Hypothesis Testing and Results Interpretation

1. Hypothesis Testing and Results Interpretation By Minjuan Wang ED 690 Educational Technology

2. Types of Hypothesis • Null hypothesis • There is no change, difference or relationship between A and B • A starting point or a benchmark • Many articles have implied null hypothesis, but may not clearly stated. • Few studies are designed to verify the nonexistence of a relationship • Coffee maker is broken • no relationship between its broken and the humming birds on the tree outside my balcony.

3. Alternative/Research Hypothesis • Hypothesis that is implicitly accepted if the null hypothesis is rejected • Directional (one-tailed test) • Non-directional (two-tailed test) • Hypothesis: not to be proven but to be supported • Does your study fail if your hypothesis is not supported by the data?
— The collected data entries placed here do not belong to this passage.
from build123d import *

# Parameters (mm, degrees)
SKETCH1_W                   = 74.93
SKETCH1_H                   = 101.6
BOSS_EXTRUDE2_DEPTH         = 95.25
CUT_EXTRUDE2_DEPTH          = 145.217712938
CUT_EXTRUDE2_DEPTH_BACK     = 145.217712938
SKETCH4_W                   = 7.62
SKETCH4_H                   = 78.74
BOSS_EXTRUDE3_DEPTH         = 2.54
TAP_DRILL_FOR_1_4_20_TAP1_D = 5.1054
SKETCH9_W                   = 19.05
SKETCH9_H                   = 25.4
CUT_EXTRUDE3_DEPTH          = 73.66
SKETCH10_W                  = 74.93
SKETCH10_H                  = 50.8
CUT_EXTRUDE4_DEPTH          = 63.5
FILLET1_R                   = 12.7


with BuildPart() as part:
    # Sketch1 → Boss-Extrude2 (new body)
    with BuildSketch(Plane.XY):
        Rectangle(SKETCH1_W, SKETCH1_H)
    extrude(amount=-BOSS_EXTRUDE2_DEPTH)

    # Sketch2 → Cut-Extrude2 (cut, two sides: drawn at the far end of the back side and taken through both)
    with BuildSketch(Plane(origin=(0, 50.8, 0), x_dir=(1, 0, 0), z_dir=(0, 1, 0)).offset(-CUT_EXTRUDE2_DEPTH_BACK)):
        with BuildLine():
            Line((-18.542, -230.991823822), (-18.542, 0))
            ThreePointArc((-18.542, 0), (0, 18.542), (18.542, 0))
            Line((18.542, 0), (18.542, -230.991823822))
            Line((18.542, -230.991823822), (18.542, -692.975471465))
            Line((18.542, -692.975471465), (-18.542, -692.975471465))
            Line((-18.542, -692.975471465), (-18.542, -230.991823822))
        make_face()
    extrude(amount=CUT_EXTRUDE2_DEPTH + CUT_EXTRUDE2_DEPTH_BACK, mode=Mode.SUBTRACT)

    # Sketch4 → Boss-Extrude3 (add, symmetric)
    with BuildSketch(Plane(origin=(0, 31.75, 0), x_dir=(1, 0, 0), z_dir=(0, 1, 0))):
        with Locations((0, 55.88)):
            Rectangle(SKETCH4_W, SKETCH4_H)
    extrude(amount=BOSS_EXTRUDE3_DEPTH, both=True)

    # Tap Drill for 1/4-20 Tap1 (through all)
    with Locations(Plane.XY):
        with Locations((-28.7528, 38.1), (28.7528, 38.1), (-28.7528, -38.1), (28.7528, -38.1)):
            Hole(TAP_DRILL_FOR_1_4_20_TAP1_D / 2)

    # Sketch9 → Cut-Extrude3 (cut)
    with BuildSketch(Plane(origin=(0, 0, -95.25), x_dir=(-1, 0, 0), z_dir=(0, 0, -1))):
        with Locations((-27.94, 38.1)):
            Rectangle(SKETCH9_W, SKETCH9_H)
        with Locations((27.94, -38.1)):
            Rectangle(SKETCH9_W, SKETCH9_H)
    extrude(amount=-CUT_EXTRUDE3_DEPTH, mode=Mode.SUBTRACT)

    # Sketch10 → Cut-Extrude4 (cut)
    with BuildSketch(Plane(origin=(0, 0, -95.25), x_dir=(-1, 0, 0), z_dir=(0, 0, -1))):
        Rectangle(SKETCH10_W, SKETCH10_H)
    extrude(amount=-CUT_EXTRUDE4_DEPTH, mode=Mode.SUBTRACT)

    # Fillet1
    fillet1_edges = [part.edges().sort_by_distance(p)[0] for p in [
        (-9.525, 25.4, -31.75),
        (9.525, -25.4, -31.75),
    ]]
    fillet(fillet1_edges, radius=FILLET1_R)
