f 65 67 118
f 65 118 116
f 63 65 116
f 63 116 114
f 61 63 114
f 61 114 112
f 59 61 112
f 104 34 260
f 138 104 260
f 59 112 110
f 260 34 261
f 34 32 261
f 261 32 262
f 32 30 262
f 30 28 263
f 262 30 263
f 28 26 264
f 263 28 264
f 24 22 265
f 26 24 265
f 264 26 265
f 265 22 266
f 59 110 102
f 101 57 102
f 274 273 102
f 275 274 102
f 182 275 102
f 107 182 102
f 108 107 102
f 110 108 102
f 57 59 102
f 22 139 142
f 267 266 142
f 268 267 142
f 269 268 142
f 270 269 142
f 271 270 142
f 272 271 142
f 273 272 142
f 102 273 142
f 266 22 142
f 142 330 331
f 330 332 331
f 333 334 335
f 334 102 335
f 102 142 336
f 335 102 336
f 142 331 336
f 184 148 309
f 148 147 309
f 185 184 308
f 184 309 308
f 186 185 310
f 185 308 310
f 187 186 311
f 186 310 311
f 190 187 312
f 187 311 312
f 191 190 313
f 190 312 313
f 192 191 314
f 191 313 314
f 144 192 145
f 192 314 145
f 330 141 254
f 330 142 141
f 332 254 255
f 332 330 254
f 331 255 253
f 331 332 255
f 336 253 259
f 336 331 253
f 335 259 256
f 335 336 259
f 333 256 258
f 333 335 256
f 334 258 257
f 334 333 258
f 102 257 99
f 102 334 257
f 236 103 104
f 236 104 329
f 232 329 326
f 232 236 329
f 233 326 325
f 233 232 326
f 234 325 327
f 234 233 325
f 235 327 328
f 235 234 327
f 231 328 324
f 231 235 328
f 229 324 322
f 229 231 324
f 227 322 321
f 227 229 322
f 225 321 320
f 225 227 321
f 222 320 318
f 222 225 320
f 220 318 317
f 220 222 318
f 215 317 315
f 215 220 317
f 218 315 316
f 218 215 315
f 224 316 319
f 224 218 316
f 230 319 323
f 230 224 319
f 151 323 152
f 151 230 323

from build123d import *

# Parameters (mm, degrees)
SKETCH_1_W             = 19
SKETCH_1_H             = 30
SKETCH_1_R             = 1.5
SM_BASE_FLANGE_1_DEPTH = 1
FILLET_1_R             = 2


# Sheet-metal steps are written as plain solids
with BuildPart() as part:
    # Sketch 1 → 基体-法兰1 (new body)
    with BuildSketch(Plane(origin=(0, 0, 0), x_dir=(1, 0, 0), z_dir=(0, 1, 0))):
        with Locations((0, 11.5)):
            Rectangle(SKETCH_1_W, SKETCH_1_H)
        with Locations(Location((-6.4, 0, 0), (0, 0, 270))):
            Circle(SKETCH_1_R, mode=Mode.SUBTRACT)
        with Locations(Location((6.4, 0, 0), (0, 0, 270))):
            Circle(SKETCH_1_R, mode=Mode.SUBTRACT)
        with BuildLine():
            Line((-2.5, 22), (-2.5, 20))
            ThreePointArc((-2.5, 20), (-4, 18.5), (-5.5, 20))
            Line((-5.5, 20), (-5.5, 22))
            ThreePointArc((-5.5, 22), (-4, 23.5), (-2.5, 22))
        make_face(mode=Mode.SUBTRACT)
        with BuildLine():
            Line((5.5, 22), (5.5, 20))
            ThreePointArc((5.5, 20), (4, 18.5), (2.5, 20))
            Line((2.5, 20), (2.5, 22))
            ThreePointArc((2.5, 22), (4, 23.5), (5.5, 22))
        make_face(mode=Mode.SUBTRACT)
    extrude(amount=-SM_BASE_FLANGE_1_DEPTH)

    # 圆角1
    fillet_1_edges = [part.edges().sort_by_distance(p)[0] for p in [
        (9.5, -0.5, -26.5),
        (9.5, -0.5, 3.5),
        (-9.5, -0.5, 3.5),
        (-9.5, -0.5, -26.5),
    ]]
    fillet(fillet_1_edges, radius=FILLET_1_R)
4. Hypothesis testing • Core of Inferential Statistics • contributes to the science of education primarily by expanding, refining, or revising its knowledge base.

5. Hypothesis Testing Procedure • Come up with a hypothesis • Set a: level of risk you are willing to take; or the cut-off point for a test result to be significant • Select the test • Compute the obtained value: t, f, r, etc. • Find the critical value in the respective table • To reject a null hypothesis->Obtained value must be > critical value • Otherwise, fail to reject null hypothesis (H0) • But, never “accept” null hypothesis • Many tests are needed to confirm that A is not different from or associated with B. • When rejecting null-P, the alternative 2-tailed P is implicitly accepted.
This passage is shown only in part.